Schrödinger: How’s my cat, Doc?
Vet: I have good news and bad news..
Auto correct changed “Help” desk to “Hell” desk and man, it got that right.
College football is great bc every guy on the field is the best football player to come out his HS in years or perhaps ever but then you get a matchup where one of the guys is a future 9x Pro Bowler & the other guy is a future litigation attorney and thats when the magic happens
Remember, you CAN have your cake and eat it too.
In fact, you can’t even eat a cake you don’t have.
Don’t be shallow and marry someone just for their looks. Make sure they have money.
Why run with scissors when you can run with bananas which are far less dangerous and also tasty snacks.
My wife said something about being interested in swinging, so last night I did a 55 minute PowerPoint presentation on all the info I found online.
Her: how about you just fix the kids swing in the backyard like I asked
Hungover? Hydrate. Depressed? Hydrate. Want to make a good first impression on others? Hydrate.
Accidentally ruined my 9yo’s entire life because I said “toilet” too loud in a public place.
Black magic is just like regular magic, but with bigger wands.
COP: I need to see some ID
ME: [hands him ID]
COP: this isn’t yours
ME: you said “some”
COP: lol wow good point you’re free to go
Me: pass me that cup
Kid: *gives me cup*
Me: I didn’t say simon says haha
[Later]
Me: PASS… MY… INHALER
Kid: not falling for that again
ME: do you have a USB wire thingy so I can charge while driving my Honda?

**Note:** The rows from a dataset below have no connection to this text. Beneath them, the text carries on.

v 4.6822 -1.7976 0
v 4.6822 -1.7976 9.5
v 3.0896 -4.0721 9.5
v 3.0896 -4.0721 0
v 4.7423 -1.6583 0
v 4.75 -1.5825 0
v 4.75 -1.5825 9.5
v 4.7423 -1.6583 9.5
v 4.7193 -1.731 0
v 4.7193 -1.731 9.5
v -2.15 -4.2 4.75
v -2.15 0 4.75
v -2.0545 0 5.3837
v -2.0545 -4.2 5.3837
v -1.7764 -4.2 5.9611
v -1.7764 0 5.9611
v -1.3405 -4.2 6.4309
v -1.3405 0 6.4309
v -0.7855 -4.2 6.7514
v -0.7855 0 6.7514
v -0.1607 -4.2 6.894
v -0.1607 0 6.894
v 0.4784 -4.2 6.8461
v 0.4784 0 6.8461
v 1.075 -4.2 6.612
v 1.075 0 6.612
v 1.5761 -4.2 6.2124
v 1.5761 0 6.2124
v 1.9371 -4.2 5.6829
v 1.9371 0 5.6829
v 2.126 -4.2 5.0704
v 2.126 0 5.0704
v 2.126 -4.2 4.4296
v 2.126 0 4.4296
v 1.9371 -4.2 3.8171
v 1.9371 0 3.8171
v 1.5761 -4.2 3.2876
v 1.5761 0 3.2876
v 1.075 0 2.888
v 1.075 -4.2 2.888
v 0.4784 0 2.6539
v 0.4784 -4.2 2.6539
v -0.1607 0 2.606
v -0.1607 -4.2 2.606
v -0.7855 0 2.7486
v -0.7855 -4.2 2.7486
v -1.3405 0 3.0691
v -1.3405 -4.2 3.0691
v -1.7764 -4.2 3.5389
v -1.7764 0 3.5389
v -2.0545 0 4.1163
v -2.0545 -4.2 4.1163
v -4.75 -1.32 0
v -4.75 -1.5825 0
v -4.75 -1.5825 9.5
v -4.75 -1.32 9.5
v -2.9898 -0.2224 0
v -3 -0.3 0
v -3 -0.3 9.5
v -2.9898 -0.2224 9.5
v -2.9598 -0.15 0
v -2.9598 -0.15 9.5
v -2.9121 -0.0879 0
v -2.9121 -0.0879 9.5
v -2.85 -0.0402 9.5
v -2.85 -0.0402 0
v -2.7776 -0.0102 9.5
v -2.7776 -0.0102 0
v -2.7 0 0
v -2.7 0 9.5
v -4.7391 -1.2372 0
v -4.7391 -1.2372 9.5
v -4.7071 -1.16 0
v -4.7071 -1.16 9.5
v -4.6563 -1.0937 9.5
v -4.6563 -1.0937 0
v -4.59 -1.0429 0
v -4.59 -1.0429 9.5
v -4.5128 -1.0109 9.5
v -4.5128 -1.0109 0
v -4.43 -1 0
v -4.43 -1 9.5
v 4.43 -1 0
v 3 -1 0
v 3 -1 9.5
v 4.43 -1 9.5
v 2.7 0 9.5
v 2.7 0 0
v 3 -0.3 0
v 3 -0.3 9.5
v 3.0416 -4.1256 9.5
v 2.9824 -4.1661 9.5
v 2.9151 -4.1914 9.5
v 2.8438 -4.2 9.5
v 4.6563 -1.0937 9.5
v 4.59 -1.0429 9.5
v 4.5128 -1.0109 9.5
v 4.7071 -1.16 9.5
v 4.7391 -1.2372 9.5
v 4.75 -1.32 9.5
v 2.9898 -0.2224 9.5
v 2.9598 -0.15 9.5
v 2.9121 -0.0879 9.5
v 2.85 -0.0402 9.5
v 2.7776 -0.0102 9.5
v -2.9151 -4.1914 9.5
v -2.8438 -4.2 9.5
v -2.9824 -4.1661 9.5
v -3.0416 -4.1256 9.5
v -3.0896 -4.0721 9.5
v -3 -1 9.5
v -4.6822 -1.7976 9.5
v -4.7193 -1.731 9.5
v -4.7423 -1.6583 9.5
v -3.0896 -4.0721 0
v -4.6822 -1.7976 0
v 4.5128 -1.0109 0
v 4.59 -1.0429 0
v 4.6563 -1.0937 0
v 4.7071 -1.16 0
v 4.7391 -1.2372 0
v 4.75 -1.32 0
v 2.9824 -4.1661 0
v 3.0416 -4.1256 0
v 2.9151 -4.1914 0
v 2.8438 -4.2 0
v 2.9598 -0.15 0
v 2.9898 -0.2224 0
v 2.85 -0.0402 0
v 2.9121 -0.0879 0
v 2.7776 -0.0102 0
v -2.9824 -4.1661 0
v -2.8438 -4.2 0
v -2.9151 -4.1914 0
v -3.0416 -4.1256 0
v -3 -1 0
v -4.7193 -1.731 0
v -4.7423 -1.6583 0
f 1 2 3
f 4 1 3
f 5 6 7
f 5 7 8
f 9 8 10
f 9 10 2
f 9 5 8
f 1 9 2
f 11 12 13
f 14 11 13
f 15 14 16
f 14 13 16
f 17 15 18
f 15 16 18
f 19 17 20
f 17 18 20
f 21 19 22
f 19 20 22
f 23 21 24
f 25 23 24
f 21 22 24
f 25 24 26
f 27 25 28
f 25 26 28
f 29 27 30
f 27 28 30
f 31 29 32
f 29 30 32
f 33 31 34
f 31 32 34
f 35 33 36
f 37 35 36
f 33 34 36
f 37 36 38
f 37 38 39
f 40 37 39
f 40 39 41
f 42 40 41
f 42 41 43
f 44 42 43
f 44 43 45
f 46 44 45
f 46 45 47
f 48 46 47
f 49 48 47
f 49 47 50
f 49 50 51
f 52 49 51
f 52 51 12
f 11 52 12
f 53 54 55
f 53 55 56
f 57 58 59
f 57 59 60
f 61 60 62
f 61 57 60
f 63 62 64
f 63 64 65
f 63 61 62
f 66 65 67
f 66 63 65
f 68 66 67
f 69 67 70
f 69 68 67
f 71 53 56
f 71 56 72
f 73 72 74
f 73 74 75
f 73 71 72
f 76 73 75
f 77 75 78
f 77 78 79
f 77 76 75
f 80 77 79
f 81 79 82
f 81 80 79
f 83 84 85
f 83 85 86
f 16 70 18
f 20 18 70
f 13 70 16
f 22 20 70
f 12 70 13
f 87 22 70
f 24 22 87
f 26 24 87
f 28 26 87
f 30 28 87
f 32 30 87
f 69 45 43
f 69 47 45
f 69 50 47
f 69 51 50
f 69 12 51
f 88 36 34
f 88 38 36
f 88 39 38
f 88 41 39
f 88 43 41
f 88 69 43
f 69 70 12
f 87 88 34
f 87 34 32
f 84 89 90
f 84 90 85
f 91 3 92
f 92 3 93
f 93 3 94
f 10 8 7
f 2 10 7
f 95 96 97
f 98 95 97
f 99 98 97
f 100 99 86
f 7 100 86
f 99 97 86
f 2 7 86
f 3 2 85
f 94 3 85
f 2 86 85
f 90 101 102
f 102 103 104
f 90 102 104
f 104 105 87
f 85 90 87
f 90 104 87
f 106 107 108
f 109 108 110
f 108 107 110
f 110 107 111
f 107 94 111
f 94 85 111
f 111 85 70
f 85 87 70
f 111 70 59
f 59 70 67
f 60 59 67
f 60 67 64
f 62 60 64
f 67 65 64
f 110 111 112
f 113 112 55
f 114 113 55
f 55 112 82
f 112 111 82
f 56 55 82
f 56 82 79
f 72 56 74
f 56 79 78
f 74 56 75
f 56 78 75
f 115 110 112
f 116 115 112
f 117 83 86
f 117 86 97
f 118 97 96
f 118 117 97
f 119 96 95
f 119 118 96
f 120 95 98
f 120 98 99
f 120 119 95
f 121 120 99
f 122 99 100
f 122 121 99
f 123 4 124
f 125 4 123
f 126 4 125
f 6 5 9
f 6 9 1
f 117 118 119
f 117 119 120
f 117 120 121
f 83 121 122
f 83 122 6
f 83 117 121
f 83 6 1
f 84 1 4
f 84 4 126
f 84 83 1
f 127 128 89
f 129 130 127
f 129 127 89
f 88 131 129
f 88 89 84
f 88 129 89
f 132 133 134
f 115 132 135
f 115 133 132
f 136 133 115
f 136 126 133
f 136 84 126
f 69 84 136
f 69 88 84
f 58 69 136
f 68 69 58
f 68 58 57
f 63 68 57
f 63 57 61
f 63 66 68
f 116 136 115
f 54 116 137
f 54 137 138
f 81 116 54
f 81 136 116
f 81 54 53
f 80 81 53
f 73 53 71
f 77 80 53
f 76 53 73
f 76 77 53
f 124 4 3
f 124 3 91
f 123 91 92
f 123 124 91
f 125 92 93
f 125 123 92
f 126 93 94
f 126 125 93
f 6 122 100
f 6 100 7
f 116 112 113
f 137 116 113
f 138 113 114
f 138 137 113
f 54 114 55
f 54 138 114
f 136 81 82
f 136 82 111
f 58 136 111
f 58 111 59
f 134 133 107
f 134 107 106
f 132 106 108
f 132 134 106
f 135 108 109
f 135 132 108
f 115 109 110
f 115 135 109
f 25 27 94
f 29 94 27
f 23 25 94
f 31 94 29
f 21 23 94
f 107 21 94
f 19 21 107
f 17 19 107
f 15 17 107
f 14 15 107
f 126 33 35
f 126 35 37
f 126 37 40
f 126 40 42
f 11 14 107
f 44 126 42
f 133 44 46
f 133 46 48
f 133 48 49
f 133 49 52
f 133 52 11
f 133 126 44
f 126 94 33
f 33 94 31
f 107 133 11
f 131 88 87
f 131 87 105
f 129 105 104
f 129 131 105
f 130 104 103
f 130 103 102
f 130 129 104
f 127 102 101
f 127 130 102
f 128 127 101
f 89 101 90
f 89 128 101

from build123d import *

# Parameters (mm, degrees)
EXTRUDE_2_DEPTH     = 9.5
CUT_EXTRUDE_2_REACH = 13.422
SKETCH_4_R          = 2.15


with BuildPart() as part:
    # 草图3 → 凸台-拉伸2 (new body)
    with BuildSketch(Plane.XY):
        with BuildLine():
            Line((-2.7, 0), (2.7, 0))
            ThreePointArc((2.7, 0), (2.912132034, -0.087867966), (3, -0.3))
            Line((3, -0.3), (3, -1))
            Line((3, -1), (4.43, -1))
            ThreePointArc((4.43, -1), (4.65627417, -1.09372583), (4.75, -1.32))
            Line((4.75, -1.32), (4.75, -1.582503942))
            ThreePointArc((4.75, -1.582503942), (4.732643857, -1.695268617), (4.682182017, -1.797595106))
            Line((4.682182017, -1.797595106), (3.089575498, -4.072072931))
            ThreePointArc((3.089575498, -4.072072931), (2.982354469, -4.16610325), (2.843829885, -4.2))
            Line((2.843829885, -4.2), (-2.843829885, -4.2))
            ThreePointArc((-2.843829885, -4.2), (-2.982354469, -4.16610325), (-3.089575498, -4.072072931))
            Line((-3.089575498, -4.072072931), (-4.682182017, -1.797595106))
            ThreePointArc((-4.682182017, -1.797595106), (-4.732643857, -1.695268617), (-4.75, -1.582503942))
            Line((-4.75, -1.582503942), (-4.75, -1.32))
            ThreePointArc((-4.75, -1.32), (-4.65627417, -1.09372583), (-4.43, -1))
            Line((-4.43, -1), (-3, -1))
            Line((-3, -1), (-3, -0.3))
            ThreePointArc((-3, -0.3), (-2.912132034, -0.087867966), (-2.7, 0))
        make_face()
    extrude(amount=EXTRUDE_2_DEPTH)

    # 草图4 → 切除-拉伸2 (cut, up to next)
    with BuildSketch(Plane(origin=(0, 0, 0), x_dir=(1, 0, 0), z_dir=(0, 1, 0)), mode=Mode.PRIVATE) as cut_extrude_2_sk1:
        with Locations(Location((0, -4.75, 0), (0, 0, 180))):
            Circle(SKETCH_4_R)
    cut_extrude_2_tool1 = extrude(cut_extrude_2_sk1.sketch, amount=-CUT_EXTRUDE_2_REACH, mode=Mode.PRIVATE) & part.part
    add(cut_extrude_2_tool1.solids().sort_by_distance((0, 0, 4.75))[0], mode=Mode.SUBTRACT)


solid = part.part
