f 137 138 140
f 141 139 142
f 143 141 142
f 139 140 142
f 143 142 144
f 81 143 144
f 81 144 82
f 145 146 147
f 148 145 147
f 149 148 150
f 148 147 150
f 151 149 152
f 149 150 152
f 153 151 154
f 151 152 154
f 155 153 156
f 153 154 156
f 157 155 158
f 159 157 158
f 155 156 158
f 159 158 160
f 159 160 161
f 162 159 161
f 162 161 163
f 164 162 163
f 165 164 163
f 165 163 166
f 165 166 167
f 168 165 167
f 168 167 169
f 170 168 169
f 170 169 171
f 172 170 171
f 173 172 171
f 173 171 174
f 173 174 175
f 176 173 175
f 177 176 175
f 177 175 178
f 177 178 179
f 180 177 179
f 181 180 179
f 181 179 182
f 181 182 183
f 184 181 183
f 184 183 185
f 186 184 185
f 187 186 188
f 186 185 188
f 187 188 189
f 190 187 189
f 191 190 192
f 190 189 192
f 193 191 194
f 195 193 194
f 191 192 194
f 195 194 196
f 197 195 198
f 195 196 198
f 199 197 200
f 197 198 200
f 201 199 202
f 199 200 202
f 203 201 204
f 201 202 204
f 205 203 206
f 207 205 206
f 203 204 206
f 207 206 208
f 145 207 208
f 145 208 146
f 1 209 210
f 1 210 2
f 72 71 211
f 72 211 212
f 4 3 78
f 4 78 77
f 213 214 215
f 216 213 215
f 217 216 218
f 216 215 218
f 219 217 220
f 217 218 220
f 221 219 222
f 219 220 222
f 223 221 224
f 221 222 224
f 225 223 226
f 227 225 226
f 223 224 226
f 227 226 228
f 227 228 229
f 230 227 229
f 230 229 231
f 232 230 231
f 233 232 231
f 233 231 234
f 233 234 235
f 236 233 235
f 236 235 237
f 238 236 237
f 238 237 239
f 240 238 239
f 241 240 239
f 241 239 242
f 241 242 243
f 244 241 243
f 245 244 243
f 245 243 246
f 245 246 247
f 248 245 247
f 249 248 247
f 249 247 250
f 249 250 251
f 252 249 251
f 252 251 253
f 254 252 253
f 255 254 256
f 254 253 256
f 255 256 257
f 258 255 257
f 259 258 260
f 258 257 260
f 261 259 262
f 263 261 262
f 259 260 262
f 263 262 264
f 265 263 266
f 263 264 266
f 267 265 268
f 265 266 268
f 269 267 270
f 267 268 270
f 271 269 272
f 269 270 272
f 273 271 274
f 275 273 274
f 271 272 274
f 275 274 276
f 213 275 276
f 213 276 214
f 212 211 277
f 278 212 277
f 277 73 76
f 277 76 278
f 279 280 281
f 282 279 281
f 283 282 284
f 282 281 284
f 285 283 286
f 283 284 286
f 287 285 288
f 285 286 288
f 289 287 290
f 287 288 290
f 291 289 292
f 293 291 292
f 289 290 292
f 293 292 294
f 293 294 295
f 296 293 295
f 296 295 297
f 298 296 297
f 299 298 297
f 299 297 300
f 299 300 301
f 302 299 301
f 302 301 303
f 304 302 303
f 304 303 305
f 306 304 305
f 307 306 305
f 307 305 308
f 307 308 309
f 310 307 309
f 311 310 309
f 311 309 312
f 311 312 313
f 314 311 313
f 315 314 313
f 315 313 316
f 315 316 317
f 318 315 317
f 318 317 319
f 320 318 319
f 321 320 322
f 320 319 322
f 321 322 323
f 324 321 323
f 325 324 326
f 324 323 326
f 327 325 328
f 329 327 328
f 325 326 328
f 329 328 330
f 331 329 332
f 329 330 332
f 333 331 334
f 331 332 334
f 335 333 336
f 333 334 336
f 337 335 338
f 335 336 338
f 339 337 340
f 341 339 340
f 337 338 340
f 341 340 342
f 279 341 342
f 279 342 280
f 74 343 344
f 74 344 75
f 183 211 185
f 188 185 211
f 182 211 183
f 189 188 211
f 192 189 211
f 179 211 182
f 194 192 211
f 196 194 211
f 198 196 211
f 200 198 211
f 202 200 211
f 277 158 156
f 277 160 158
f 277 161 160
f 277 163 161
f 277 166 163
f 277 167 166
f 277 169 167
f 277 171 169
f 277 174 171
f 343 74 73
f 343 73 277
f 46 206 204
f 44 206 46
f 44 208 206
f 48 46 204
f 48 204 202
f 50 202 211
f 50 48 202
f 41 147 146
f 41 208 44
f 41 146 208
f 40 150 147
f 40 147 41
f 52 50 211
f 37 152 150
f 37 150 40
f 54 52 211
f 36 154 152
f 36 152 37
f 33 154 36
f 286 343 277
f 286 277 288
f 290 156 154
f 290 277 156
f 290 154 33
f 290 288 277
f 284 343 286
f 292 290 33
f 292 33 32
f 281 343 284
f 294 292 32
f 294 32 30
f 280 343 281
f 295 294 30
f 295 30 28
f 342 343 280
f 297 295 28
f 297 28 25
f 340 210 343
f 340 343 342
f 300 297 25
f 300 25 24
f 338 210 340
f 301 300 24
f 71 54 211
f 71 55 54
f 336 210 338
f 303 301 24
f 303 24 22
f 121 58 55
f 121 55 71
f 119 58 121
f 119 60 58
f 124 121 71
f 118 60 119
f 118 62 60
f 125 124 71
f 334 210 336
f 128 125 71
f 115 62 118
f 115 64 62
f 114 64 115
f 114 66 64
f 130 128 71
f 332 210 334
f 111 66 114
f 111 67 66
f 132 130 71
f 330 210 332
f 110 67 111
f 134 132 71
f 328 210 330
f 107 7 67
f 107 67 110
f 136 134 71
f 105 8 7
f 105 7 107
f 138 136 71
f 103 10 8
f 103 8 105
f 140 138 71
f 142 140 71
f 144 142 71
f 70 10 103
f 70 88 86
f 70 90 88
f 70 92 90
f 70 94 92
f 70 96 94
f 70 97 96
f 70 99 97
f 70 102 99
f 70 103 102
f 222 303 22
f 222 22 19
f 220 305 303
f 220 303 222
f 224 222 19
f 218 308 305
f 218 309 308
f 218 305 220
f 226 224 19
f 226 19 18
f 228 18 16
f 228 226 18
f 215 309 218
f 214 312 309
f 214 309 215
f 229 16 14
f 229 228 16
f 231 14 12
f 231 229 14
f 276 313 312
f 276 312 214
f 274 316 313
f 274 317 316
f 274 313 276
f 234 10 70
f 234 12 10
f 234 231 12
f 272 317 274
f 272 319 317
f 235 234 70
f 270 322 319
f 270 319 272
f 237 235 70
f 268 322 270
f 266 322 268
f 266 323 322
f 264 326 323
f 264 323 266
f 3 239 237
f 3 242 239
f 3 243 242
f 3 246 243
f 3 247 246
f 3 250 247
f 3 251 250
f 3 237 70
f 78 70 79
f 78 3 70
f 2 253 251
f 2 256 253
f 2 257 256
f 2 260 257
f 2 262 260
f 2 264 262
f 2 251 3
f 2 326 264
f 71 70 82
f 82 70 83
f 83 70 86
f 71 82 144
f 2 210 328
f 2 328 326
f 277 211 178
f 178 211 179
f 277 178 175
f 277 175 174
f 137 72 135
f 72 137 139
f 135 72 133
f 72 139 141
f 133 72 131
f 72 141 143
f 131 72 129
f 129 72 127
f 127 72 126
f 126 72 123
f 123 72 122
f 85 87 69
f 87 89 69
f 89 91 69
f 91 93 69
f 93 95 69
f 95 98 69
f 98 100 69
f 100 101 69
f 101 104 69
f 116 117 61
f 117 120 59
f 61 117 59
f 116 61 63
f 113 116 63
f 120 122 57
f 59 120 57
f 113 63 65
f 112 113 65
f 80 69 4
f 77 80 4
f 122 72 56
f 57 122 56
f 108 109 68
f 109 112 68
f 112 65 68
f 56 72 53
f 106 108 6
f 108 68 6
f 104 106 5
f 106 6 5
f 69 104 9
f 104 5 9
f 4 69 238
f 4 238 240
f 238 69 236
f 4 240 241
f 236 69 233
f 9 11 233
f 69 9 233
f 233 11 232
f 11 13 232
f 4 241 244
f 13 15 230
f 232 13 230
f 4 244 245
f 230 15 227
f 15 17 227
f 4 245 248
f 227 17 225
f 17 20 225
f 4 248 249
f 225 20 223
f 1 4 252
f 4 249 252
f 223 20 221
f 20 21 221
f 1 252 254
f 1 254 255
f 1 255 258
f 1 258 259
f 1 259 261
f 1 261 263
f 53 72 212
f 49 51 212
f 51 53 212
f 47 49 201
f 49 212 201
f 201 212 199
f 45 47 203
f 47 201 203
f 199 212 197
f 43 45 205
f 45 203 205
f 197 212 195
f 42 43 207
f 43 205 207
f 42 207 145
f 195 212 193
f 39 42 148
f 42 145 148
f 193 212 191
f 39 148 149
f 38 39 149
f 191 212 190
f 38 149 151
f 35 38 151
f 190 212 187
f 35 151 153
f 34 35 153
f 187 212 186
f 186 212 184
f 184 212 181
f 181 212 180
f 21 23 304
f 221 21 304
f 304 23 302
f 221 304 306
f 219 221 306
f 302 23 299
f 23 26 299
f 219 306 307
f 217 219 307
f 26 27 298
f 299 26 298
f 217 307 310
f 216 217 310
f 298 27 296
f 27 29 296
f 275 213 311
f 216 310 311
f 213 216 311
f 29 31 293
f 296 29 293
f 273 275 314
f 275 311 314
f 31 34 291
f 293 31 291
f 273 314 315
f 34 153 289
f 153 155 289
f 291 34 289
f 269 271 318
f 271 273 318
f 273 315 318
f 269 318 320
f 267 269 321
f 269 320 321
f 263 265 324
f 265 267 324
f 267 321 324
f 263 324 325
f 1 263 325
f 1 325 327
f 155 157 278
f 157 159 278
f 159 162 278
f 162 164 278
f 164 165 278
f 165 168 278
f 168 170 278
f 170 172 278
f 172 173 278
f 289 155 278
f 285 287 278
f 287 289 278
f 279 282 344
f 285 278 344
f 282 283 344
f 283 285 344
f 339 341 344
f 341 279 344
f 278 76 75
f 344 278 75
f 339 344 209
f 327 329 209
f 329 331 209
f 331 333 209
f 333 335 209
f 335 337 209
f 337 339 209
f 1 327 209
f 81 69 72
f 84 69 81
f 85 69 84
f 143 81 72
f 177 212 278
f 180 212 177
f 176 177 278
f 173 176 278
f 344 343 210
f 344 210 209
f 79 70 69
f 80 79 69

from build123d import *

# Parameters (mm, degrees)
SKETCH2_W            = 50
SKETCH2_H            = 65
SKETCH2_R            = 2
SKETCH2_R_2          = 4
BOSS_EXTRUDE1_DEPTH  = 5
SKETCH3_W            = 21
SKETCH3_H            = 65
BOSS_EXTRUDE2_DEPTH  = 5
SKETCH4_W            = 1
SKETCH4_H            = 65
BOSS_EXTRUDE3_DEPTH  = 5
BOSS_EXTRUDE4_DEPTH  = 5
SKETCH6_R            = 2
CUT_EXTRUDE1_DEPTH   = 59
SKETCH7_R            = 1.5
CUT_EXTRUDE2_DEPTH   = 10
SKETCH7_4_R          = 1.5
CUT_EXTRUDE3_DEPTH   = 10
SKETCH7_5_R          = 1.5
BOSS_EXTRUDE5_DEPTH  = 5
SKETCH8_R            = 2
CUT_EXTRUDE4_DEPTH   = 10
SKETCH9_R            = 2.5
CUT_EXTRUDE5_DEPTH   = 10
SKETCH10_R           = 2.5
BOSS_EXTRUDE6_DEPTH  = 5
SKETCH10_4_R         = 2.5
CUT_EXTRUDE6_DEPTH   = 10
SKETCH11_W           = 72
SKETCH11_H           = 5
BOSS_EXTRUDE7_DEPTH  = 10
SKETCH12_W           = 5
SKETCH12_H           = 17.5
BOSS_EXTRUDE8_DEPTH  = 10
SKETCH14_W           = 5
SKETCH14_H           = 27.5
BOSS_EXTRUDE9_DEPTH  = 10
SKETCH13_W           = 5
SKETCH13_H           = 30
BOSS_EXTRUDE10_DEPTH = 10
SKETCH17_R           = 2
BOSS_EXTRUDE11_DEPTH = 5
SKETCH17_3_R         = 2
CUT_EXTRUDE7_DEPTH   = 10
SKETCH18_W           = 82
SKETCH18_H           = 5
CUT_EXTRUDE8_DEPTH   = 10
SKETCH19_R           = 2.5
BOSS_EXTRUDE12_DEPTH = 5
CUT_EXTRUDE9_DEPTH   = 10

BEST BUY EMPLOYEE: a cord?
ME: no, it’s a Civic
Welcome to backhanded compliment club, it’s so nice meeting people who don’t care how they look
To: ALL STAFF
Subject: FW: RE: RE: FW: FW: FW: RE: RE: FW: RE: RE: FW: FW: How to Effectively Use the E-Mail Subject Line
it should be illegal to take a nap and still have a headache when you wake up. like no i shut it off and back on again why are you still here
“What do you mean “He used his mind?”
“I mean he never touched the gates. He destroyed them with his mind!”
“Oh my god…we’ve got a mad telekinetic duck on our hands. Get me the president!”
BOSS: You ok?
ME: Yeah, why?
BOSS: You have a sign that says “2 Days Without Being Annoyed”
[maintaining eye contact, I change it to 0]
For once I’d like to be referred to as The Chosen One but not when I’m being identified in a police lineup.
Lord of the Rings is about a bunch of straight men fighting over jewelry.
Genie: You get 3 wishes
Me: I wish you were terrible at math
Genie: You only have 14 more wishes
[being seated for blind date]
her: have you ever been on one of these before
me: yeah I love chairs
*Digging my own grave* sounds like a lot of exercise just to lie down.
I’m surviving this massive amount of “family time” by pretending they are mental patients and I’m their case manager.
I’m still rubbish at Venn diagrams. I really don’t get them. :/
I’ve been saying I’ll sleep when I’m dead for so long, I’m starting to really look forward to dying.